Where the string "solid" appears in a line of the data, show that line.
- Opening Delimiter -
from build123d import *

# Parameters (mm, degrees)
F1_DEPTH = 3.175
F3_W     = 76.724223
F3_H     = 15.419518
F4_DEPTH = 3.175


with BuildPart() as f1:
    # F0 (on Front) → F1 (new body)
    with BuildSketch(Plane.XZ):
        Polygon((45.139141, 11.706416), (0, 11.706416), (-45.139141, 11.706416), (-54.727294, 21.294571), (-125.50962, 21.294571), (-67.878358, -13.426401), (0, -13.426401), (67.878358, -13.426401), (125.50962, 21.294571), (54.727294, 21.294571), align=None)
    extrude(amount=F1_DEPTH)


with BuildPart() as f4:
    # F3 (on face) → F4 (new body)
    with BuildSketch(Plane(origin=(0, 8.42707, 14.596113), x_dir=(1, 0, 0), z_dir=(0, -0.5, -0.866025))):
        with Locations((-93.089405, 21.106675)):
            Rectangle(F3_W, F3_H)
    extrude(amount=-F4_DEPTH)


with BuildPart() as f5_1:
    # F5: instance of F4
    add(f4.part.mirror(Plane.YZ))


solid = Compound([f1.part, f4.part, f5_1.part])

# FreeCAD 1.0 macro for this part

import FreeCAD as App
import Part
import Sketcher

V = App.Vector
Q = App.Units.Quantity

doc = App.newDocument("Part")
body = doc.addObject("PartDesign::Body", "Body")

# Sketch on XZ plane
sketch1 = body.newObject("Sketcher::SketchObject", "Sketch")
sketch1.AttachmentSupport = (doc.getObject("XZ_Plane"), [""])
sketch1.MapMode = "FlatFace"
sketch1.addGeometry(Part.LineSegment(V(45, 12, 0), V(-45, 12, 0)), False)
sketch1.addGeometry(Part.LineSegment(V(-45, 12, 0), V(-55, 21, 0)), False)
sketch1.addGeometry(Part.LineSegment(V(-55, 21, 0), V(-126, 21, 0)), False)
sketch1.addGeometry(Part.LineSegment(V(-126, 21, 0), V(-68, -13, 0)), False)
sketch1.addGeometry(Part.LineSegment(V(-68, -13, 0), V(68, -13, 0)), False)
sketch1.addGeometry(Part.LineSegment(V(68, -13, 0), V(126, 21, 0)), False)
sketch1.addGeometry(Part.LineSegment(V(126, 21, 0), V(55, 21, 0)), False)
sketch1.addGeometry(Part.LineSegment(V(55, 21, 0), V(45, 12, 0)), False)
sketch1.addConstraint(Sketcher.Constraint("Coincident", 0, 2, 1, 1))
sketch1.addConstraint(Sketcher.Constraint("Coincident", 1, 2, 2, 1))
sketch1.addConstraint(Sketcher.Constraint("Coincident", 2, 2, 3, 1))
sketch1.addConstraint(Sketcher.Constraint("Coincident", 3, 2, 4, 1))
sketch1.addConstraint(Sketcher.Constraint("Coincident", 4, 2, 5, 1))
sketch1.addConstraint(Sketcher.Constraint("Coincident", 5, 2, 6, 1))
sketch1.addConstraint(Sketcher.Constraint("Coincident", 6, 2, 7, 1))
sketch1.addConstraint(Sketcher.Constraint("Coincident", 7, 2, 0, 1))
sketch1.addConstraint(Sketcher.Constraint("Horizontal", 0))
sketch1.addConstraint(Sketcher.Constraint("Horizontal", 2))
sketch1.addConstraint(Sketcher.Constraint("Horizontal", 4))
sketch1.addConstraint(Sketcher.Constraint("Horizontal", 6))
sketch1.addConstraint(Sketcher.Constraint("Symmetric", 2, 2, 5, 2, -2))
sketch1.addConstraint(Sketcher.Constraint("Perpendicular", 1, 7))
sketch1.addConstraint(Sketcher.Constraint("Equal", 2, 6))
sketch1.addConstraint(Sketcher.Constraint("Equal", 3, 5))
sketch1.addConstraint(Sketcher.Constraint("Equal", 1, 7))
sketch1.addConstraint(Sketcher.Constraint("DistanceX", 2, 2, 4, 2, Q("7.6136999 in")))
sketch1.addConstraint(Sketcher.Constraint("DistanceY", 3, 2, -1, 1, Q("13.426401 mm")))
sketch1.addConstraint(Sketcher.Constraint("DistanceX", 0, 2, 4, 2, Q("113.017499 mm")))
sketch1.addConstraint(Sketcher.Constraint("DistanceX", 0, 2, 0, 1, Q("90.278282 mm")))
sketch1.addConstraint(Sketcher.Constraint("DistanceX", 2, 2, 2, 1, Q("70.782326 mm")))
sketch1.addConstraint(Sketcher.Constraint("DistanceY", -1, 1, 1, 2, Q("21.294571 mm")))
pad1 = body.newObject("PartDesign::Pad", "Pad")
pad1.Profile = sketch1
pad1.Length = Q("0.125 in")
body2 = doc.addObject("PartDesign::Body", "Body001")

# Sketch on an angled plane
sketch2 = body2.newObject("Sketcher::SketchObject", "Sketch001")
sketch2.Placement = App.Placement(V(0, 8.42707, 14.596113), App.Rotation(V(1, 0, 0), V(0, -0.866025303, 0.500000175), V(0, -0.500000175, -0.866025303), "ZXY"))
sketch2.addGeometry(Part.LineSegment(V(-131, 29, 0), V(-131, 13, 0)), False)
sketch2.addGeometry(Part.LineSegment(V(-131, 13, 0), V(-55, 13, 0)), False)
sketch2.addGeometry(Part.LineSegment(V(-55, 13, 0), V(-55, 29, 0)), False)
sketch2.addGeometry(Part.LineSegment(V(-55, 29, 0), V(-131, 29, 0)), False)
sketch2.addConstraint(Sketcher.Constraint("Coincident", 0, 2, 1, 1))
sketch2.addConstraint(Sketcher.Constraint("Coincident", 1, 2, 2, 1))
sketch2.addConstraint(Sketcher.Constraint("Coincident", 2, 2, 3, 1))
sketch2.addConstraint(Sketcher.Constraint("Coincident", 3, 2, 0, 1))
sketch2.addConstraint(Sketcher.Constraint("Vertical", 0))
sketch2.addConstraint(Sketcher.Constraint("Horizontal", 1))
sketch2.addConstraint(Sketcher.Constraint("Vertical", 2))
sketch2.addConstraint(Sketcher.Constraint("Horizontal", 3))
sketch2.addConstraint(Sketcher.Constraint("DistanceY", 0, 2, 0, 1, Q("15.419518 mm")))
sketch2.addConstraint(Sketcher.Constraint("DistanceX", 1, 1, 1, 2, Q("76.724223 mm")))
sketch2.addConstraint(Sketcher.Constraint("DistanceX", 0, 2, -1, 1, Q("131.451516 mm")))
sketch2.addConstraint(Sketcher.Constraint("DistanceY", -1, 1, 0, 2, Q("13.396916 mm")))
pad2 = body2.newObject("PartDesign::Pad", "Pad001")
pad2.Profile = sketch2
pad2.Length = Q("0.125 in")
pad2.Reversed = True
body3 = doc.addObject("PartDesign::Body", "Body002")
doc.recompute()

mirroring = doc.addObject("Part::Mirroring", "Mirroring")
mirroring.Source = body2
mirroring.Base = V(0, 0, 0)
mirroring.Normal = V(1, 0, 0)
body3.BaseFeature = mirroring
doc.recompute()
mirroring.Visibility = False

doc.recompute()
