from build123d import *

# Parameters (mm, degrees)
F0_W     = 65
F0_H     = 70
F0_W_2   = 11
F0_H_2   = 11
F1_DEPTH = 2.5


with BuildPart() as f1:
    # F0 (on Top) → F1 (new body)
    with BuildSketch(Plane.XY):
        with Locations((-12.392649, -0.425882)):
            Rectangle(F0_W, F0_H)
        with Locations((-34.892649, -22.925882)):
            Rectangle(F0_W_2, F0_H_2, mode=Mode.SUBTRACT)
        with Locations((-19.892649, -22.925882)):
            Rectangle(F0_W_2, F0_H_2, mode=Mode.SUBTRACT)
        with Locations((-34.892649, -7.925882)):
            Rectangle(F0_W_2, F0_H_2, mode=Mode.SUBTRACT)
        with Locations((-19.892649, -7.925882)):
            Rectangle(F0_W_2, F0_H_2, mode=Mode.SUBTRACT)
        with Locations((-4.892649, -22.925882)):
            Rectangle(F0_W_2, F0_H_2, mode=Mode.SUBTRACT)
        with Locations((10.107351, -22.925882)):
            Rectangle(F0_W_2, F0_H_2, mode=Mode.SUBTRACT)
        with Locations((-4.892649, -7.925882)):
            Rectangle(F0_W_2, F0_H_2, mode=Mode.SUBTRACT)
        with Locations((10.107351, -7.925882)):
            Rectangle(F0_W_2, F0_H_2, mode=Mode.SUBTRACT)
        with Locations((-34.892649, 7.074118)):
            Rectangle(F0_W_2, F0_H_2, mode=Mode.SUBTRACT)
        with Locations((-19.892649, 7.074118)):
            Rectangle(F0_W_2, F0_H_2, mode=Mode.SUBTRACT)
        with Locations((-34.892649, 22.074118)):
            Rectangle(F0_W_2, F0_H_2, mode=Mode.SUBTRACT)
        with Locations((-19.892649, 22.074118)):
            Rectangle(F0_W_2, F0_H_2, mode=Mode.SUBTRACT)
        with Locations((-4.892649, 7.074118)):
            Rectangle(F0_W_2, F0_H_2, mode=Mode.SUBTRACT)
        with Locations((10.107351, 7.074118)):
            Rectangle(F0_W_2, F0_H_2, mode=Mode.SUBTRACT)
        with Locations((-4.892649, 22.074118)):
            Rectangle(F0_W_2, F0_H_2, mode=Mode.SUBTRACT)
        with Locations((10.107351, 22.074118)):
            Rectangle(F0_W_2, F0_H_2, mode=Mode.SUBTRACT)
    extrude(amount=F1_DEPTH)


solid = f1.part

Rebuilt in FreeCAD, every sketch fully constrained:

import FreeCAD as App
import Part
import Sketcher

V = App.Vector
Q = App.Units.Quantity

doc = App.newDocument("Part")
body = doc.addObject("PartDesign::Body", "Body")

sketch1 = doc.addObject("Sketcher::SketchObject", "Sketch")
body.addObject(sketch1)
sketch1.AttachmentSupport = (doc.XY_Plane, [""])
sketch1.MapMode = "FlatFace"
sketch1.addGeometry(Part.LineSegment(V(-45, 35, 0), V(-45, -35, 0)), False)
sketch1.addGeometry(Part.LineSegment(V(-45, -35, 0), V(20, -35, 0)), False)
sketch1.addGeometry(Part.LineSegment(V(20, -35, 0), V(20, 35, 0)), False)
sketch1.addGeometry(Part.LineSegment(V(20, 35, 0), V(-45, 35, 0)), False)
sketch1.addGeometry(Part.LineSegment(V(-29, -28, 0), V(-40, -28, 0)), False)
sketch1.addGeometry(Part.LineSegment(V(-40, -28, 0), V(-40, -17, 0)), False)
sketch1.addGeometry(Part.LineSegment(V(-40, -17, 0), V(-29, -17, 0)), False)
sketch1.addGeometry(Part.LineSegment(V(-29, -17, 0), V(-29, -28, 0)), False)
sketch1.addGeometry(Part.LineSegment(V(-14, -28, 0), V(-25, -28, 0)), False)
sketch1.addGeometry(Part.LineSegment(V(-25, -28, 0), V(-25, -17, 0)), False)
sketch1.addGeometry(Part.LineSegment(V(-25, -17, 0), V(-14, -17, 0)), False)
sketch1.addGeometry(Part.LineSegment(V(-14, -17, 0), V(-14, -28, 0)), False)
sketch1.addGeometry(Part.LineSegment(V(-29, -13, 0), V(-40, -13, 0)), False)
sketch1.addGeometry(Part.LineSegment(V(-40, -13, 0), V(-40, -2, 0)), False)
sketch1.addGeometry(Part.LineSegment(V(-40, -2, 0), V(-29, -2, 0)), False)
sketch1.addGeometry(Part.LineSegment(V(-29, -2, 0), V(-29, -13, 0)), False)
- Closing Delimiter -
▶ Worked solution
solid = Compound([f1.part, f4.part, f5_1.part])
solid = f1.part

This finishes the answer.